# Two and a half weeks old babies looking for foster parents!!!!



## Angelika (Nov 22, 2002)

Hi pigeon friends,
I live in Chicago and came to get to know, fall in love, and care for the city's feral pigeons to the extent this is possible for me. 
Problem now: Two days ago, I got a pair of baby pigeons, fallen from their nest. They are about two and a half weeks old, healthy, sturdy, tiny, and absolutely adorable. They still need to be hand-fed, but will learn to pick seeds by themselves within a few days. I would love to keep them myself, but I already have four feral-turned-pet pigeons and thus really have reached my limit. 
Is there any one who would like to foster-parent these two sweet baby birds? They are nothing out of the ordinary. The smaller one (perhaps a girl, whom I have preliminarily named Sabina or "Beenie") will become a grey checker. The bigger little guy (perhaps a boy and so far named Bernard or "Bernie") will probably develop charcoal colored wings with grey pants.

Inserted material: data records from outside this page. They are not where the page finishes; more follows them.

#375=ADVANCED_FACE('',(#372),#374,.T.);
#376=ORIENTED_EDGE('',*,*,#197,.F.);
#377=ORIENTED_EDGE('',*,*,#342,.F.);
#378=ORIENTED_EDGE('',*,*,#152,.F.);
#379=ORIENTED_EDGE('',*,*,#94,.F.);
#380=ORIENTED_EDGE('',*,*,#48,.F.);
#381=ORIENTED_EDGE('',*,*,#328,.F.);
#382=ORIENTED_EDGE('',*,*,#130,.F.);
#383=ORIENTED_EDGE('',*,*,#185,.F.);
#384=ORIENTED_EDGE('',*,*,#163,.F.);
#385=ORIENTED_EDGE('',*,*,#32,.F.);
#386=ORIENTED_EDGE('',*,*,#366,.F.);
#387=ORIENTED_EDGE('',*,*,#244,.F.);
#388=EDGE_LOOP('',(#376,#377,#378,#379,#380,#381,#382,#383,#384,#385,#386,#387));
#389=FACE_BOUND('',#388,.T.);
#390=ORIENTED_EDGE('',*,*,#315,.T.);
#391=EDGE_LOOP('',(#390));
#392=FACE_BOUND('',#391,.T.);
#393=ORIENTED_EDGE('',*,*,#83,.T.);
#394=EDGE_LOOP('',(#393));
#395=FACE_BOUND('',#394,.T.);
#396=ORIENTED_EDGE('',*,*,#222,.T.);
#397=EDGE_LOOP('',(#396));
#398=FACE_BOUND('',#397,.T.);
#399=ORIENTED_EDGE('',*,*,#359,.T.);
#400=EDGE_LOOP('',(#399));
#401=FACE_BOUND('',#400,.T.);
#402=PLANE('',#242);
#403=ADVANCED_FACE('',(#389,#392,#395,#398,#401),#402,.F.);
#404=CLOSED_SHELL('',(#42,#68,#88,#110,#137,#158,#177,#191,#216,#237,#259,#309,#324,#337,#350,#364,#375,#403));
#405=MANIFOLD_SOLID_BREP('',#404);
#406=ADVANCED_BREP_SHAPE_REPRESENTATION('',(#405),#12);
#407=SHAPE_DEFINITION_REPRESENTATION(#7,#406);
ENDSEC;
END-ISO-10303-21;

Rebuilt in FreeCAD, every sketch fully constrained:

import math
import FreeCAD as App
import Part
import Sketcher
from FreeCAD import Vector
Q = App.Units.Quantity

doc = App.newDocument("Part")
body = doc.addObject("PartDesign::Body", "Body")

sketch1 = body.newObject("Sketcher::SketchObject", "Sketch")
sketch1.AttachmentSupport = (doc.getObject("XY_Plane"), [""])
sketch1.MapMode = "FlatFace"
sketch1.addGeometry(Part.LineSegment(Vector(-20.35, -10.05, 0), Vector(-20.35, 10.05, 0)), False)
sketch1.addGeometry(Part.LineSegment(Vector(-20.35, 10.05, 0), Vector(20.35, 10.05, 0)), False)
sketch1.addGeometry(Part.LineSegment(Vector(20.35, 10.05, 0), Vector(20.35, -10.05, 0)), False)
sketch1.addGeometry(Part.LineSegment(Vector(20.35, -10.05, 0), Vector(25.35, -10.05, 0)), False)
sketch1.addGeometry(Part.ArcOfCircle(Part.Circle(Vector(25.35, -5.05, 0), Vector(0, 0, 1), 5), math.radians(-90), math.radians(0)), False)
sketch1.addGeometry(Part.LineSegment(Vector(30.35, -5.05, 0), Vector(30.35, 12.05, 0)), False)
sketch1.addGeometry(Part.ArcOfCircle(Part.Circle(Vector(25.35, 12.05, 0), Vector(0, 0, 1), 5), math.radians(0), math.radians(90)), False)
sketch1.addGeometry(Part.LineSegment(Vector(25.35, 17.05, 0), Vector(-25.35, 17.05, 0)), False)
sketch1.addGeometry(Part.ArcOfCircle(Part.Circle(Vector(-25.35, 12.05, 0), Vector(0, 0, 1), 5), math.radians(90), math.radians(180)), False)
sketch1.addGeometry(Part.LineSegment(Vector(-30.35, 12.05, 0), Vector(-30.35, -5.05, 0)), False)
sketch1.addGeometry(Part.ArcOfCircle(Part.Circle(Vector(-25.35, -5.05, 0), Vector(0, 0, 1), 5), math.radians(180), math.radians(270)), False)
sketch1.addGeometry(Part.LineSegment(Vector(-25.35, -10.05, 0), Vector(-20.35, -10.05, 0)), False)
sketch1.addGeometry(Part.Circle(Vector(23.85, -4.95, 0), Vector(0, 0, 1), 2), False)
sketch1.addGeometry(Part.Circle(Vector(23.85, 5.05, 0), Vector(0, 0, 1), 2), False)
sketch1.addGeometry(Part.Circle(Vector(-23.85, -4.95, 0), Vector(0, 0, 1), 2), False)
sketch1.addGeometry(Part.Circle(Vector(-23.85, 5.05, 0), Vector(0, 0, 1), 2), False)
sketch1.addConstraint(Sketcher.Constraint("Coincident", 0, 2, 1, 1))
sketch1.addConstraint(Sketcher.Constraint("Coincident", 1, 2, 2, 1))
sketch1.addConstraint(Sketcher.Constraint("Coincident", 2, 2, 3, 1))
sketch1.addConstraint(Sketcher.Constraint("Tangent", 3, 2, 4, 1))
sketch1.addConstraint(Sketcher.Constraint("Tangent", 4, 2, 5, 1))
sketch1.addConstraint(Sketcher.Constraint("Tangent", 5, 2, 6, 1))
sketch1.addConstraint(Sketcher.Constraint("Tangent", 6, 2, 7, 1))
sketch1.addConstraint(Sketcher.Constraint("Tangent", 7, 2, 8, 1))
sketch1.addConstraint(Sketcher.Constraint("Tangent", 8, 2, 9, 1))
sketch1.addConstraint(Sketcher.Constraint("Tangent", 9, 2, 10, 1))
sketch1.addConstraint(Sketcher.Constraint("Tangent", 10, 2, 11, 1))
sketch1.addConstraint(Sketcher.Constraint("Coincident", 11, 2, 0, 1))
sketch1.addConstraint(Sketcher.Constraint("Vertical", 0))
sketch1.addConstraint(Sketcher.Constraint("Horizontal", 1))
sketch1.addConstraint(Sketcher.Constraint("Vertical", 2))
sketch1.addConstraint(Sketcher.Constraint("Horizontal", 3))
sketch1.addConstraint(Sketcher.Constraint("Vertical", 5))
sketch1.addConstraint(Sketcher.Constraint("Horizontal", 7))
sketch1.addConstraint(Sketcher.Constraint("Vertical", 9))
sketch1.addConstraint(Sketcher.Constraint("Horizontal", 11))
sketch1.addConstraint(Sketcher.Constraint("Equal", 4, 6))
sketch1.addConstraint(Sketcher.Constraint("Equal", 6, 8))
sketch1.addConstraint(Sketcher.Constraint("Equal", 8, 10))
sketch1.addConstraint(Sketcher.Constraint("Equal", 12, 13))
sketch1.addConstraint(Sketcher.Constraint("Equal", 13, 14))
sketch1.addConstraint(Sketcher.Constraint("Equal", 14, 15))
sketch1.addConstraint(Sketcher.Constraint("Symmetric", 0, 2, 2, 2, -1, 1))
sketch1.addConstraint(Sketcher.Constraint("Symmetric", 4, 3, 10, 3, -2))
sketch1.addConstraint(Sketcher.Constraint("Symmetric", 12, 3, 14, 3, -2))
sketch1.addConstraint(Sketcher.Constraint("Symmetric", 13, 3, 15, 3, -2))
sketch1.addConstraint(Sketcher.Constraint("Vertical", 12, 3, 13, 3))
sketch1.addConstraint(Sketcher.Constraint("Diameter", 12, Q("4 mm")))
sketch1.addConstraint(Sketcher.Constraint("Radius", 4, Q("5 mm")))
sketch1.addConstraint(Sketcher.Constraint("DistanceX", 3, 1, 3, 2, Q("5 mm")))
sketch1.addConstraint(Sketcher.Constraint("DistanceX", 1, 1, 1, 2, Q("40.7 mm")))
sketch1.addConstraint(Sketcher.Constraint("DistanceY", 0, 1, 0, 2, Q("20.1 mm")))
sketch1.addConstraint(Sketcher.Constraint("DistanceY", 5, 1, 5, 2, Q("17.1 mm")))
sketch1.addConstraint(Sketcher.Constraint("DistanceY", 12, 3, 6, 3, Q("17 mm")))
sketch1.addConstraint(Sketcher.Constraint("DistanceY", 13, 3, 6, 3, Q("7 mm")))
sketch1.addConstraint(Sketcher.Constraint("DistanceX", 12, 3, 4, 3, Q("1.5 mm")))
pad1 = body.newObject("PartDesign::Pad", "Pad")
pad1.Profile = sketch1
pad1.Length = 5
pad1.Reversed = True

Both of them will keep their extraordinarily big eyes surrounded by pretty white ceres. (I think I know their parents and especially their father.)
They are very, very sweet, and they need help. Right now they would be lost in the outside world. 

Angelika


----------



## principessa_jessica (Sep 19, 2003)

hi i am really interested in adopting one of these sweet babies. I live in toronto so i dont know if it will work out but email me at [email protected]


----------



## marysue (Jan 23, 2003)

Id definately take one or both. Im not sure how I would get them at the moment though, Im in the Upper pennisula of Michigan. I would pay for you to mail them, but their so young, I dont know if that would be a good idea.


----------